County officials have made numerous missteps during the reassessment process that Curran’s Republican opponents have seized on, including:
- Switching reassessment phase-in plans a few months before the new assessments were to be released, after administration officials learned their initial proposal would have done little to make the system better.
- Failing to cap assessment increases at 6 percent as required under state law in initial notices of “preliminary tentative” assessments. That required 20,000 notices to be resent.
- Listing incorrect older market value numbers that were provided for comparison to the new values on 60,000 tax impact notices. Those values appeared online for eight days before they were fixed and marked “amended” without explanation.
- Stating in tax impact notices mailed to homeowners that the new assessment roll would become final in April 2021, when the correct date is April 2020.
- Uploading to the county website on the date the new roll was to be released an older, working version of the assessment roll with 18,000 draft values that differed from the final numbers. They were left there for several hours before being replaced with the correct ones.
However, none of the county’s missteps in themselves led to any errors in the computation of the new assessments. In fact, some of the corrections the administration has been criticized for were expected modifications made during the final phase of the reassessment.
But didn’t Nassau make 85,000 errors on its new assessments?
No. It made changes to draft, “preliminary tentative” assessments released in November 2018 during the final phase of the reassessment. It was expected that modifications would be made as additional data became available before the county released its new assessment roll in January.

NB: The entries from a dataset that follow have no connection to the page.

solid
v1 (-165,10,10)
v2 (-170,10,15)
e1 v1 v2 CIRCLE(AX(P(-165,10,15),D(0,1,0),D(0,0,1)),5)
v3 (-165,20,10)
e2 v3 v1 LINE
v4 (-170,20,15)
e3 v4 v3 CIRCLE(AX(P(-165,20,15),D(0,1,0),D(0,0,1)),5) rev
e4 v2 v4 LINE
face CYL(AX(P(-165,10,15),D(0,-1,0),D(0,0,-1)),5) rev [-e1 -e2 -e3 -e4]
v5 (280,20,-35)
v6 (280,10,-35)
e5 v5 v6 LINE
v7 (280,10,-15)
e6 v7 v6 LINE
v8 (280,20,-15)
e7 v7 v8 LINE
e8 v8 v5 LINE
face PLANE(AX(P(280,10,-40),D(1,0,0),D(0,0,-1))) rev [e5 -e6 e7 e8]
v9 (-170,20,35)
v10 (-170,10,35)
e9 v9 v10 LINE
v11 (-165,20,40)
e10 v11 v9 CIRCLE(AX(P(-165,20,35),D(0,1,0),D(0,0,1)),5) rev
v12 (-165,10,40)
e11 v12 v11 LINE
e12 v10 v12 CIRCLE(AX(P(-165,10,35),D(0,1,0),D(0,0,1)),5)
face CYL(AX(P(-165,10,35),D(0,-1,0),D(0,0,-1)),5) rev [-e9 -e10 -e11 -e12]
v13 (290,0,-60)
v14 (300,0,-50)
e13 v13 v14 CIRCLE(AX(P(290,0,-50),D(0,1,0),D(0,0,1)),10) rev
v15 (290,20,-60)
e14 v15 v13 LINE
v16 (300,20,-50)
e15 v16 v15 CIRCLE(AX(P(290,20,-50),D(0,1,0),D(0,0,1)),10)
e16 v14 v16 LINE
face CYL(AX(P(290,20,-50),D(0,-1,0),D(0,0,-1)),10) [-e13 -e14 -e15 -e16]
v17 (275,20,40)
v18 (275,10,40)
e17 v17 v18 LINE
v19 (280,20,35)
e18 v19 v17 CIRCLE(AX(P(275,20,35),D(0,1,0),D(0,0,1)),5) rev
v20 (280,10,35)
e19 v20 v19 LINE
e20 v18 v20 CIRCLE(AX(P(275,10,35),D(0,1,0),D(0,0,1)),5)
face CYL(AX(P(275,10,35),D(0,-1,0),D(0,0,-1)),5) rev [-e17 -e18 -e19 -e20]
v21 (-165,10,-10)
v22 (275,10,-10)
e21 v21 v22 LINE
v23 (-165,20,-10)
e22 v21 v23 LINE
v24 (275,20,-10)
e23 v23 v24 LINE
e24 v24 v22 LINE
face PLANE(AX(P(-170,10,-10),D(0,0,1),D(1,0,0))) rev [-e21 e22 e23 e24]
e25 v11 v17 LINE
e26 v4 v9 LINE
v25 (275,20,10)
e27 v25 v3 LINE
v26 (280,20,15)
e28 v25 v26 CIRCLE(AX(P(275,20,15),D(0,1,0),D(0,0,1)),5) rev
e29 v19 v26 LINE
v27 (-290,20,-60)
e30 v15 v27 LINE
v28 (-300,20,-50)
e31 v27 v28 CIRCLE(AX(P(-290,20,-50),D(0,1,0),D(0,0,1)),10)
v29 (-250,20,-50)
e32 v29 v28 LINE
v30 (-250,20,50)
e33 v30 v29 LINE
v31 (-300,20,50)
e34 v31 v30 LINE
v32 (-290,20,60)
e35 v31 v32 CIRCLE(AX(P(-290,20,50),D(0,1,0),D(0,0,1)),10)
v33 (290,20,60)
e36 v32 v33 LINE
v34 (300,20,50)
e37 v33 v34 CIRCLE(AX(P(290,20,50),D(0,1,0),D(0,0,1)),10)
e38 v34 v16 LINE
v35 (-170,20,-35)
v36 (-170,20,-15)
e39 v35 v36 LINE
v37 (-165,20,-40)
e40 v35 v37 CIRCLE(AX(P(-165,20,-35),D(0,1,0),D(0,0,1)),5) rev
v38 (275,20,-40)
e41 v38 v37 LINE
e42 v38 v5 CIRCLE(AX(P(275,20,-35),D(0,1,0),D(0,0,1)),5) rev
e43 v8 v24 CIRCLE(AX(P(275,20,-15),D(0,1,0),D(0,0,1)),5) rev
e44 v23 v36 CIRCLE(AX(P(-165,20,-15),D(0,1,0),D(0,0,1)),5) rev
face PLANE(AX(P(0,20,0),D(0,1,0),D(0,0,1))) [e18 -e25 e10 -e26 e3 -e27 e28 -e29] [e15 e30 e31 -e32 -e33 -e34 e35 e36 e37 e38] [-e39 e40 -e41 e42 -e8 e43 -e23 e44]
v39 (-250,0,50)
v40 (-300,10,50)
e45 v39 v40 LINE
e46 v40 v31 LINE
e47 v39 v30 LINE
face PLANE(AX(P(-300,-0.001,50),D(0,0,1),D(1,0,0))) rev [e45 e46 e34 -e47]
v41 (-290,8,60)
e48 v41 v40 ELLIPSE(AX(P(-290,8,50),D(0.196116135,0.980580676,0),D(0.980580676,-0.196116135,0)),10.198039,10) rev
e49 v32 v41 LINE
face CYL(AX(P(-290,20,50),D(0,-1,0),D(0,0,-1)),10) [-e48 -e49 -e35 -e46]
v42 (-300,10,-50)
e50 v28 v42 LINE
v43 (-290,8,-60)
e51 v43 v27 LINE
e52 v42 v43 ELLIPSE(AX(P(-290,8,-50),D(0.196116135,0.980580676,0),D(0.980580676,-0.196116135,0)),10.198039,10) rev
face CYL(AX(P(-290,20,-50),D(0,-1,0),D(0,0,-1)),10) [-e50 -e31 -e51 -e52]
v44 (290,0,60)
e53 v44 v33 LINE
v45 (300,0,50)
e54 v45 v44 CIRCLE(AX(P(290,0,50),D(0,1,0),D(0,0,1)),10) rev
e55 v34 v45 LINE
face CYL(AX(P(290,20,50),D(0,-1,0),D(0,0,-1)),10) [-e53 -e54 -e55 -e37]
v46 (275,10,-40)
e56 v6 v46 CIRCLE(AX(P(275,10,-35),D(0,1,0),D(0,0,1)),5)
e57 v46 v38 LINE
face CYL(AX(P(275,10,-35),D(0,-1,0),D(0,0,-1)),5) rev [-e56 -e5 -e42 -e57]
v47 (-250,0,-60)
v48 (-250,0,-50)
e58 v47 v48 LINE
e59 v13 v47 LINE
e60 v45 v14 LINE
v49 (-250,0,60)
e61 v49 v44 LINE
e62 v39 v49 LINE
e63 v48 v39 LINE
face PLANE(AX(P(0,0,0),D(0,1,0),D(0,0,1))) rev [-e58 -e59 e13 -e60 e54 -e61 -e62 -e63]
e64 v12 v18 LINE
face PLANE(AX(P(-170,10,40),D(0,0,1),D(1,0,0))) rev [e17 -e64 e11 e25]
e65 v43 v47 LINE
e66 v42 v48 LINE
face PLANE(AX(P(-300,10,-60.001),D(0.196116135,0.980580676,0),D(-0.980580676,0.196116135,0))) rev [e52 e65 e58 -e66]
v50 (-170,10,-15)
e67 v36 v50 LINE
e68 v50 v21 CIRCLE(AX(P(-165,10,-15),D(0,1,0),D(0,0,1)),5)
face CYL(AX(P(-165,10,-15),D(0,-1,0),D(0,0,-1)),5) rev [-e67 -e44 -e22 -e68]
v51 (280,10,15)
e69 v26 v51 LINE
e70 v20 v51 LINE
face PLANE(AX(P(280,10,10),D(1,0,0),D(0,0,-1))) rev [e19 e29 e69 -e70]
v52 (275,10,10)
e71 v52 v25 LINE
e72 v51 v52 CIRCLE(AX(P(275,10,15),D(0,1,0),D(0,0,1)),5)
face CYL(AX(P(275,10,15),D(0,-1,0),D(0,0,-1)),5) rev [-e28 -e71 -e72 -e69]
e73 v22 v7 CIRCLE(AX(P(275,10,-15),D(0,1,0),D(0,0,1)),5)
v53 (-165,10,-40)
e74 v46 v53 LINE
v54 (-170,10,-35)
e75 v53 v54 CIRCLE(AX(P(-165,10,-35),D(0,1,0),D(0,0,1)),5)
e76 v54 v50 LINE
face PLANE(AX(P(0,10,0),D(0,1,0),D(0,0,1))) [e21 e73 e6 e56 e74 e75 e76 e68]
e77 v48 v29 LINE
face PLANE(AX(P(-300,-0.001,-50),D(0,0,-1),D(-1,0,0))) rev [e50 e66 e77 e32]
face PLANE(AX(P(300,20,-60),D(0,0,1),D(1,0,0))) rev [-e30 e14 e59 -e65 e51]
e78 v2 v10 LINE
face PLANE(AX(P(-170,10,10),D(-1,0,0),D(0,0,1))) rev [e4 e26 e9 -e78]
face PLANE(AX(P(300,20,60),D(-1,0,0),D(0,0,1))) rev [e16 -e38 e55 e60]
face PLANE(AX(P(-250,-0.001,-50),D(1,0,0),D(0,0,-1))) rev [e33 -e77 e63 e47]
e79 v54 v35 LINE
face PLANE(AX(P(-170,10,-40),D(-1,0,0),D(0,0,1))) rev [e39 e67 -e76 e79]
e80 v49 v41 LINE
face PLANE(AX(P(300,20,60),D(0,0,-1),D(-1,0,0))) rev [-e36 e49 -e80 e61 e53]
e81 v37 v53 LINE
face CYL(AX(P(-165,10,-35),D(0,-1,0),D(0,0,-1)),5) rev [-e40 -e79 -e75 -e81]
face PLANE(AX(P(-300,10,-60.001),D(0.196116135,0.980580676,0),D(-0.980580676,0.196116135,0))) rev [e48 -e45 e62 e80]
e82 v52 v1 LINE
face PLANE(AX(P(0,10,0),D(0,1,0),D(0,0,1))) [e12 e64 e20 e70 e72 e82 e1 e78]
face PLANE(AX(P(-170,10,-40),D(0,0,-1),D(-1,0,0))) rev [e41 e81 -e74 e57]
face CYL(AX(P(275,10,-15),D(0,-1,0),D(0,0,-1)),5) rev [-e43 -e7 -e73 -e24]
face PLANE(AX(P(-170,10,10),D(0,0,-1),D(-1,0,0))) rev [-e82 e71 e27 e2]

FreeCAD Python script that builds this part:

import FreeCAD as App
import Part
import Sketcher

V = App.Vector


def edges_at(feature, points):
    """Names of the edges that pass closest to the given points."""
    edges = feature.Shape.Edges
    near = lambda p: min(range(len(edges)), key=lambda i: edges[i].distToShape(Part.Vertex(*p))[0])
    return sorted({f"Edge{near(p) + 1}" for p in points})


def add_polygon(sketch, points):
    """Adds a closed chain of lines whose ends are joined by coincident constraints."""
    first, n = sketch.GeometryCount, len(points)
    for a, b in zip(points, points[1:] + points[:1]):
        sketch.addGeometry(Part.LineSegment(App.Vector(*a, 0), App.Vector(*b, 0)), False)
    for i in range(n):
        sketch.addConstraint(Sketcher.Constraint("Coincident", first + i, 2, first + (i + 1) % n, 1))

doc = App.newDocument("Part")
body = doc.addObject("PartDesign::Body", "Body")

sketch1 = body.newObject("Sketcher::SketchObject", "Sketch")
sketch1.AttachmentSupport = (doc.getObject("XZ_Plane"), [""])
sketch1.MapMode = "FlatFace"
add_polygon(sketch1, [(-300, -60), (-300, 60), (300, 60), (300, -60)])
sketch1.addConstraint(Sketcher.Constraint("Vertical", 0))
sketch1.addConstraint(Sketcher.Constraint("Horizontal", 1))
sketch1.addConstraint(Sketcher.Constraint("Vertical", 2))
sketch1.addConstraint(Sketcher.Constraint("Horizontal", 3))
sketch1.addConstraint(Sketcher.Constraint("Symmetric", 0, 2, 2, 2, -1, 1))
sketch1.addConstraint(Sketcher.Constraint("DistanceX", 1, 1, 1, 2, 600.0))
sketch1.addConstraint(Sketcher.Constraint("DistanceY", 0, 1, 0, 2, 120.0))
pad1 = body.newObject("PartDesign::Pad", "Pad")
pad1.Profile = sketch1
pad1.Length = 20
pad1.Reversed = True

sketch2 = body.newObject("Sketcher::SketchObject", "Sketch001")
sketch2.AttachmentSupport = (doc.getObject("XY_Plane"), [""])
sketch2.MapMode = "FlatFace"
sketch2.AttachmentOffset = App.Placement(V(0, 0, 60), App.Rotation())
add_polygon(sketch2, [(-250, 0), (-300, 10), (-300, 0)])
sketch2.addConstraint(Sketcher.Constraint("Vertical", 1))
sketch2.addConstraint(Sketcher.Constraint("Horizontal", 2))
sketch2.addConstraint(Sketcher.Constraint("PointOnObject", 1, 2, -1))
sketch2.addConstraint(Sketcher.Constraint("DistanceX", 2, 1, 2, 2, 50.0))
sketch2.addConstraint(Sketcher.Constraint("DistanceY", 1, 2, 1, 1, 10.0))
sketch2.addConstraint(Sketcher.Constraint("DistanceX", 0, 2, -1, 1, 300.0))
pocket1 = body.newObject("PartDesign::Pocket", "Pocket")
pocket1.Profile = sketch2
pocket1.Type = "UpToFirst"

sketch3 = body.newObject("Sketcher::SketchObject", "Sketch002")
sketch3.AttachmentSupport = (doc.getObject("XZ_Plane"), [""])
sketch3.MapMode = "FlatFace"
sketch3.AttachmentOffset = App.Placement(V(0, 0, -20), App.Rotation())
add_polygon(sketch3, [(-170, -40), (-170, -10), (280, -10), (280, -40)])
add_polygon(sketch3, [(-170, 10), (-170, 40), (280, 40), (280, 10)])
sketch3.addConstraint(Sketcher.Constraint("Vertical", 0))
sketch3.addConstraint(Sketcher.Constraint("Horizontal", 1))
sketch3.addConstraint(Sketcher.Constraint("Vertical", 2))
sketch3.addConstraint(Sketcher.Constraint("Horizontal", 3))
sketch3.addConstraint(Sketcher.Constraint("Vertical", 4))
sketch3.addConstraint(Sketcher.Constraint("Horizontal", 5))
sketch3.addConstraint(Sketcher.Constraint("Vertical", 6))
sketch3.addConstraint(Sketcher.Constraint("Horizontal", 7))
sketch3.addConstraint(Sketcher.Constraint("Symmetric", 3, 2, 4, 2, -1))
sketch3.addConstraint(Sketcher.Constraint("Symmetric", 1, 2, 6, 2, -1))
sketch3.addConstraint(Sketcher.Constraint("DistanceX", 1, 1, 1, 2, 450.0))
sketch3.addConstraint(Sketcher.Constraint("DistanceY", 0, 1, 0, 2, 30.0))
sketch3.addConstraint(Sketcher.Constraint("DistanceX", 0, 2, -1, 1, 170.0))
sketch3.addConstraint(Sketcher.Constraint("DistanceY", 0, 2, -1, 1, 10.0))
pocket2 = body.newObject("PartDesign::Pocket", "Pocket001")
pocket2.Profile = sketch3
pocket2.Length = 10
pocket2.Reversed = True
doc.recompute()

fillet = body.newObject("PartDesign::Fillet", "Fillet")
fillet.Base = (pocket2, edges_at(pocket2, [
    (-300, 15, -60),
    (300, 10, -60),
    (300, 10, 60),
    (-300, 15, 60),
]))
fillet.Radius = 10
doc.recompute()

fillet2 = body.newObject("PartDesign::Fillet", "Fillet001")
fillet2.Base = (fillet, edges_at(fillet, [
    (-170, 15, -10),
    (-170, 15, -40),
    (280, 15, -40),
    (280, 15, -10),
    (-170, 15, 40),
    (-170, 15, 10),
    (280, 15, 10),
    (280, 15, 40),
]))
fillet2.Radius = 5

sketch4 = body.newObject("Sketcher::SketchObject", "Sketch003")
sketch4.AttachmentSupport = (doc.getObject("XZ_Plane"), [""])
sketch4.MapMode = "FlatFace"
sketch4.AttachmentOffset = App.Placement(V(0, 0, -20), App.Rotation())
add_polygon(sketch4, [(-300, -50), (-300, 50), (-250, 50), (-250, -50)])
sketch4.addConstraint(Sketcher.Constraint("Vertical", 0))
sketch4.addConstraint(Sketcher.Constraint("Horizontal", 1))
sketch4.addConstraint(Sketcher.Constraint("Vertical", 2))
sketch4.addConstraint(Sketcher.Constraint("Horizontal", 3))
sketch4.addConstraint(Sketcher.Constraint("DistanceX", 1, 1, 1, 2, 50.0))
sketch4.addConstraint(Sketcher.Constraint("DistanceY", 0, 1, 0, 2, 100.0))
sketch4.addConstraint(Sketcher.Constraint("DistanceX", 0, 2, -1, 1, 300.0))
sketch4.addConstraint(Sketcher.Constraint("DistanceY", -1, 1, 0, 2, 50.0))
pocket3 = body.newObject("PartDesign::Pocket", "Pocket002")
pocket3.Profile = sketch4
pocket3.Type = "UpToFirst"
pocket3.Reversed = True

doc.recompute()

The county made the often minor adjustments after meeting in person or by telephone with 14,000 property owners and reviewing additional, more recent data, County Assessor David Moog said. In the county’s last major reassessment in 2003, even more adjustments were made — 150,000.
Didn’t the county inaccurately estimate how the reassessment would affect taxes in notices it sent out?
No, but it made mistakes that didn’t help its credibility. No errors have been reported in the estimates the county sent out late last year on how tax bills would be affected by the reassessment.
But the notices still contained an error. It was in historical information provided to property owners to help evaluate their new preliminary tax bill estimates and assessments. For one of those historical numbers — the market value — the county failed to account for 60,000 assessment challenge reductions awarded in the previous tax year. Officials replaced the notices, which appeared online, in eight days with new ones marked “amended” and containing the correct value. But it didn’t announce or explain this until Newsday reported on the move three days later.
Did the reassessment double count the impact a property's neighborhood has on its value?
It was only counted once. Confusion has come from the county's widely used method of valuing property.
That statistical modeling approach, another improvement on past methods, uses dozens of home sales from a wide area to more accurately measure how much each component of a home adds to its value.
Among the property characteristics the model values are things like square footage, number of bedrooms, decks, pools and proximity to railroad tracks. The region the sales are drawn from affects the value of those components, but does not fully account for the effect a home’s specific location may have on its worth. For that, the model includes two additional components capturing the value added by the property’s neighborhood and block.